As the taxi pulled up to the house I would be staying in on Beacon Street while working in Boston last summer, the first thing I noticed was not my new dwelling but rather its neighbouring structure: a large sign stationed outside declared the building to be the Church of Scientology, with an accompanying table offering free personality tests and information on the church. During my three months living next door to the church, there was a constant flurry of activity in the adjoining house. Curious, I often stood outside contemplating investigating this free personality test and the Dianetics book which was sold alongside the People and O magazines in our local newsagent. I wanted to go in. My travel companions were vehemently against the mere thought of it. I tried to counter their arguments with a “when in Rome” attitude declaring my maiden voyage to the States to be a prime opportunity to investigate what appeared to me to be a novel concept, but ultimately left the states without being any the wiser on the subject. Back in Dublin, walking down Abbey Street, a familiar symbol caught my eye: two triangles interlaced with a large letter S. The scientologists had been in Dublin all along.

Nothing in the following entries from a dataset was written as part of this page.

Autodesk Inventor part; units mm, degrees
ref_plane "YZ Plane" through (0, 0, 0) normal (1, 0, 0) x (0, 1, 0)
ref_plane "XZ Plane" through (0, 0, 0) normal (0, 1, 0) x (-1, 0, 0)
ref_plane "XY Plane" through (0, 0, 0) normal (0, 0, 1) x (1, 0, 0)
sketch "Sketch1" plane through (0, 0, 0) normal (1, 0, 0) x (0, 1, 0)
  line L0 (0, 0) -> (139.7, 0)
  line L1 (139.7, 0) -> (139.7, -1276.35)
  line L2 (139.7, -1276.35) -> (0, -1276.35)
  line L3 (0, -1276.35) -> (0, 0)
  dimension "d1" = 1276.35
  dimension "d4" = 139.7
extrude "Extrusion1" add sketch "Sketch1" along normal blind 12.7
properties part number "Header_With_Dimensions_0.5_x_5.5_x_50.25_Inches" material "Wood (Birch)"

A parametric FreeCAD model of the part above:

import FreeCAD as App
import Part
import Sketcher

V = App.Vector
Q = App.Units.Quantity


def add_polygon(sketch, points):
    """Adds a closed chain of lines whose ends are joined by coincident constraints."""
    first, n = sketch.GeometryCount, len(points)
    for a, b in zip(points, points[1:] + points[:1]):
        sketch.addGeometry(Part.LineSegment(App.Vector(*a, 0), App.Vector(*b, 0)), False)
    for i in range(n):
        sketch.addConstraint(Sketcher.Constraint("Coincident", first + i, 2, first + (i + 1) % n, 1))

doc = App.newDocument("Part")
body = doc.addObject("PartDesign::Body", "Body")

# Sketch on YZ plane
sketch1 = body.newObject("Sketcher::SketchObject", "Sketch")
sketch1.AttachmentSupport = (doc.getObject("YZ_Plane"), [""])
sketch1.MapMode = "FlatFace"
add_polygon(sketch1, [(140, 0), (0, 0), (0, -1276), (140, -1276)])  # lines 0-3
sketch1.addConstraint(Sketcher.Constraint("Horizontal", 0))
sketch1.addConstraint(Sketcher.Constraint("Vertical", 1))
sketch1.addConstraint(Sketcher.Constraint("Horizontal", 2))
sketch1.addConstraint(Sketcher.Constraint("Vertical", 3))
sketch1.addConstraint(Sketcher.Constraint("Coincident", 0, 2, -1, 1))
sketch1.addConstraint(Sketcher.Constraint("DistanceX", 0, 2, 0, 1, Q("5.5 in")))
sketch1.addConstraint(Sketcher.Constraint("DistanceY", 1, 2, 1, 1, Q("50.25 in")))
pad1 = body.newObject("PartDesign::Pad", "Pad")
pad1.Profile = sketch1
pad1.Length = Q("0.5 in")

doc.recompute()
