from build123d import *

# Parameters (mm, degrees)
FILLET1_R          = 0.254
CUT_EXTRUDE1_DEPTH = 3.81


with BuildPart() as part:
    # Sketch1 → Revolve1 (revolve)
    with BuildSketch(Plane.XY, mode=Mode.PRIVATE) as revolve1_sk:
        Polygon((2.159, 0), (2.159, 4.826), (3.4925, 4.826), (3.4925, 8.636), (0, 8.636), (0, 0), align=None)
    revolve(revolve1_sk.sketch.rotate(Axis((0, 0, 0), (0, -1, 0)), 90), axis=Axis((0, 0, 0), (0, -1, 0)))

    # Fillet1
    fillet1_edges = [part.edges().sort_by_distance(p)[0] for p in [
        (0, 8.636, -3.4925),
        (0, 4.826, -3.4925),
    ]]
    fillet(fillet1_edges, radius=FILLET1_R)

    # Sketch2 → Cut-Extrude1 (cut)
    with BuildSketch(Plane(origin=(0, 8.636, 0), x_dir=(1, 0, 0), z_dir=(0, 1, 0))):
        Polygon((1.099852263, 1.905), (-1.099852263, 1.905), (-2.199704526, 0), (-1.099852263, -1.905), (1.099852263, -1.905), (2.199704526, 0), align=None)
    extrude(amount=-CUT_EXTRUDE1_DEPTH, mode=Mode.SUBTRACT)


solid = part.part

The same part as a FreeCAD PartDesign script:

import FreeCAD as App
import Part
import Sketcher

V = App.Vector
Q = App.Units.Quantity


def edges_at(feature, points):
    """Names of the edges that pass closest to the given points."""
    edges = feature.Shape.Edges
    near = lambda p: min(range(len(edges)), key=lambda i: edges[i].distToShape(Part.Vertex(*p))[0])
    return sorted({f"Edge{near(p) + 1}" for p in points})

doc = App.newDocument("Part")
body = doc.addObject("PartDesign::Body", "Body")

sketch1 = body.newObject("Sketcher::SketchObject", "Sketch")
sketch1.AttachmentSupport = (doc.getObject("XY_Plane"), [""])
sketch1.MapMode = "FlatFace"
sketch1.addGeometry(Part.LineSegment(V(2.159, 0, 0), V(2.159, 4.826, 0)), False)
sketch1.addGeometry(Part.LineSegment(V(2.159, 4.826, 0), V(3.4925, 4.826, 0)), False)
sketch1.addGeometry(Part.LineSegment(V(3.4925, 4.826, 0), V(3.4925, 8.636, 0)), False)
sketch1.addGeometry(Part.LineSegment(V(3.4925, 8.636, 0), V(0, 8.636, 0)), False)
sketch1.addGeometry(Part.LineSegment(V(0, 8.636, 0), V(0, 0, 0)), False)
sketch1.addGeometry(Part.LineSegment(V(0, 0, 0), V(2.159, 0, 0)), False)
sketch1.addConstraint(Sketcher.Constraint("Coincident", 0, 2, 1, 1))
sketch1.addConstraint(Sketcher.Constraint("Coincident", 1, 2, 2, 1))
sketch1.addConstraint(Sketcher.Constraint("Coincident", 2, 2, 3, 1))
sketch1.addConstraint(Sketcher.Constraint("Coincident", 3, 2, 4, 1))
sketch1.addConstraint(Sketcher.Constraint("Coincident", 4, 2, 5, 1))
sketch1.addConstraint(Sketcher.Constraint("Coincident", 5, 2, 0, 1))
sketch1.addConstraint(Sketcher.Constraint("Vertical", 0))
sketch1.addConstraint(Sketcher.Constraint("Horizontal", 1))
sketch1.addConstraint(Sketcher.Constraint("Vertical", 2))
sketch1.addConstraint(Sketcher.Constraint("Horizontal", 3))
sketch1.addConstraint(Sketcher.Constraint("Vertical", 4))
sketch1.addConstraint(Sketcher.Constraint("Horizontal", 5))
sketch1.addConstraint(Sketcher.Constraint("Coincident", 4, 2, -1, 1))
sketch1.addConstraint(Sketcher.Constraint("DistanceY", 0, 1, 0, 2, Q("0.19 in")))
sketch1.addConstraint(Sketcher.Constraint("DistanceY", 2, 1, 2, 2, Q("0.15 in")))
sketch1.addConstraint(Sketcher.Constraint("DistanceX", 5, 1, 5, 2, Q("0.085 in")))
sketch1.addConstraint(Sketcher.Constraint("DistanceX", 1, 1, 1, 2, Q("0.0525 in")))
revolution = body.newObject("PartDesign::Revolution", "Revolution")
revolution.Profile = sketch1
revolution.ReferenceAxis = (sketch1, ["V_Axis"])
revolution.Angle = 360
doc.recompute()

fillet = body.newObject("PartDesign::Fillet", "Fillet")
fillet.Base = (revolution, edges_at(revolution, [(0, 8.636, -3.493), (0, 4.826, -3.493)]))
fillet.Radius = Q("0.01 in")

sketch2 = body.newObject("Sketcher::SketchObject", "Sketch001")
sketch2.AttachmentSupport = (doc.getObject("XZ_Plane"), [""])
sketch2.MapMode = "FlatFace"
sketch2.AttachmentOffset = App.Placement(V(0, 0, -0.34 * 25.4), App.Rotation())
sketch2.addGeometry(Part.LineSegment(V(1.099852, -1.905, 0), V(-1.099852, -1.905, 0)), False)
sketch2.addGeometry(Part.LineSegment(V(-1.099852, -1.905, 0), V(-2.199705, 0, 0)), False)
sketch2.addGeometry(Part.LineSegment(V(-2.199705, 0, 0), V(-1.099852, 1.905, 0)), False)
sketch2.addGeometry(Part.LineSegment(V(-1.099852, 1.905, 0), V(1.099852, 1.905, 0)), False)
sketch2.addGeometry(Part.LineSegment(V(1.099852, 1.905, 0), V(2.199705, 0, 0)), False)
sketch2.addGeometry(Part.LineSegment(V(2.199705, 0, 0), V(1.099852, -1.905, 0)), False)
sketch2.addConstraint(Sketcher.Constraint("Coincident", 0, 2, 1, 1))
sketch2.addConstraint(Sketcher.Constraint("Coincident", 1, 2, 2, 1))
sketch2.addConstraint(Sketcher.Constraint("Coincident", 2, 2, 3, 1))
sketch2.addConstraint(Sketcher.Constraint("Coincident", 3, 2, 4, 1))
sketch2.addConstraint(Sketcher.Constraint("Coincident", 4, 2, 5, 1))
sketch2.addConstraint(Sketcher.Constraint("Coincident", 5, 2, 0, 1))
sketch2.addConstraint(Sketcher.Constraint("Horizontal", 0))
sketch2.addConstraint(Sketcher.Constraint("Horizontal", 3))
sketch2.addConstraint(Sketcher.Constraint("Symmetric", 0, 2, 3, 2, -1, 1))
sketch2.addConstraint(Sketcher.Constraint("Symmetric", 1, 2, 4, 2, -1, 1))
sketch2.addConstraint(Sketcher.Constraint("PointOnObject", 1, 2, -1))
sketch2.addConstraint(Sketcher.Constraint("Parallel", 2, 5))
sketch2.addConstraint(Sketcher.Constraint("Vertical", 0, 2, 2, 2))
sketch2.addConstraint(Sketcher.Constraint("Angle", 1, Q("120 deg")))
sketch2.addConstraint(Sketcher.Constraint("DistanceY", 0, 2, 2, 2, Q("0.15 in")))
sketch2.addConstraint(Sketcher.Constraint("DistanceX", 0, 2, 0, 1, 2.199705))
pocket1 = body.newObject("PartDesign::Pocket", "Pocket")
pocket1.Profile = sketch2
pocket1.Length = Q("0.15 in")
pocket1.Reversed = True

doc.recompute()
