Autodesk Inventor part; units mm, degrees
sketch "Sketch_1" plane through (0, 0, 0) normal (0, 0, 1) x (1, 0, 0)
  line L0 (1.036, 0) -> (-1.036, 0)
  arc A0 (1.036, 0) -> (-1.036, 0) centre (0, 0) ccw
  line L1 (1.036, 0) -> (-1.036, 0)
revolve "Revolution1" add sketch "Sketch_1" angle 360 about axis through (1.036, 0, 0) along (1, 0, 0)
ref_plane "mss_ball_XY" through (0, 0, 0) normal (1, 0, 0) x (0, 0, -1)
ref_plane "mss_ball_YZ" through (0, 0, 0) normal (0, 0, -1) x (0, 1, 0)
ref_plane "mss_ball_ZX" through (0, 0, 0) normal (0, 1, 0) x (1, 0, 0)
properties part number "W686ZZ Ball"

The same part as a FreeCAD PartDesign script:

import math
import FreeCAD as App
import Part
import Sketcher
from FreeCAD import Vector

doc = App.newDocument("Part")
params = doc.addObject("Spreadsheet::Sheet", "Params")
for row, (alias, value) in enumerate([
    ("revolution_angle", "360 deg"),
], start=1):
    params.set(f"A{row}", alias)
    params.set(f"B{row}", "=" + value)
    params.setAlias(f"B{row}", alias)

body = doc.addObject("PartDesign::Body", "Body")

# Sketch on XY plane
sketch1 = doc.addObject("Sketcher::SketchObject", "Sketch")
body.addObject(sketch1)
sketch1.AttachmentSupport = (doc.XY_Plane, [""])
sketch1.MapMode = "FlatFace"
sketch1.addGeometry([
    Part.LineSegment(Vector(-1.036, 0, 0), Vector(1.036, 0, 0)),
    Part.ArcOfCircle(Part.Circle(Vector(0, 0, 0), Vector(0, 0, 1), 1.036), math.radians(0), math.radians(180)),
], False)
sketch1.addConstraint([
    Sketcher.Constraint("Coincident", 0, 1, 1, 2),
    Sketcher.Constraint("Coincident", 1, 1, 0, 2),
    Sketcher.Constraint("Horizontal", 0),
    Sketcher.Constraint("Coincident", 1, 3, -1, 1),
    Sketcher.Constraint("PointOnObject", 0, 1, -1),
    Sketcher.Constraint("Radius", 1, 1.036),
])
revolution = doc.addObject("PartDesign::Revolution", "Revolution")
body.addObject(revolution)
revolution.Profile = sketch1
revolution.ReferenceAxis = (sketch1, ["H_Axis"])
revolution.setExpression("Angle", "Params.revolution_angle")

doc.recompute()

Another disturbing question asked if I would “use corporal punishment on a child aged ten if it refused to obey” me.
I peered inside the glass panels of the entrance, but the place looked closed. The stand advertising the church’s infamous “free personality test” was propped up against the inner wall. I pushed the door, but it didn’t budge. The advertised opening hours seems to correspond with the time of my arrival. I thought perhaps the Irish branch had ended, but as I turned to leave I noticed a white bell and pressed it. There was a buzz as I heard the lock click open and I stepped forward through the open door. Whereas the building on Boston’s Beacon Street was large and imposing, this narrow carpeted staircase didn’t quite have the same impact. I felt no anxiety or fear as I ascended the staircase and came face to face with a man dressed in a white shirt and trousers who spoke as though English was not his first language. He introduced himself, and as confident as I had been on entering, my immediate response was to introduce myself under any other name than that of my own. I asked about the personality test and was directed towards two fitted desks reserved for the purpose of testing. While I waited to be presented with the 200-question test, the Scientologist asked me what I was doing. I answered I was a student but he proceeded to enquire about what job I had, which I found a little bit unusual. When it came to the test, some questions became more thought provoking and frankly somewhat disturbing. One asked if I saw an item mistakenly advertised as reduced in a window would I demand it at the lower price, which seemed as far removed from the concept of religion as I could imagine. Further questions asked me if I considered the modern prisons without bars system “doomed to failure”, and inquired into whether or not I had experienced muscle twitching for which there was “no logic”.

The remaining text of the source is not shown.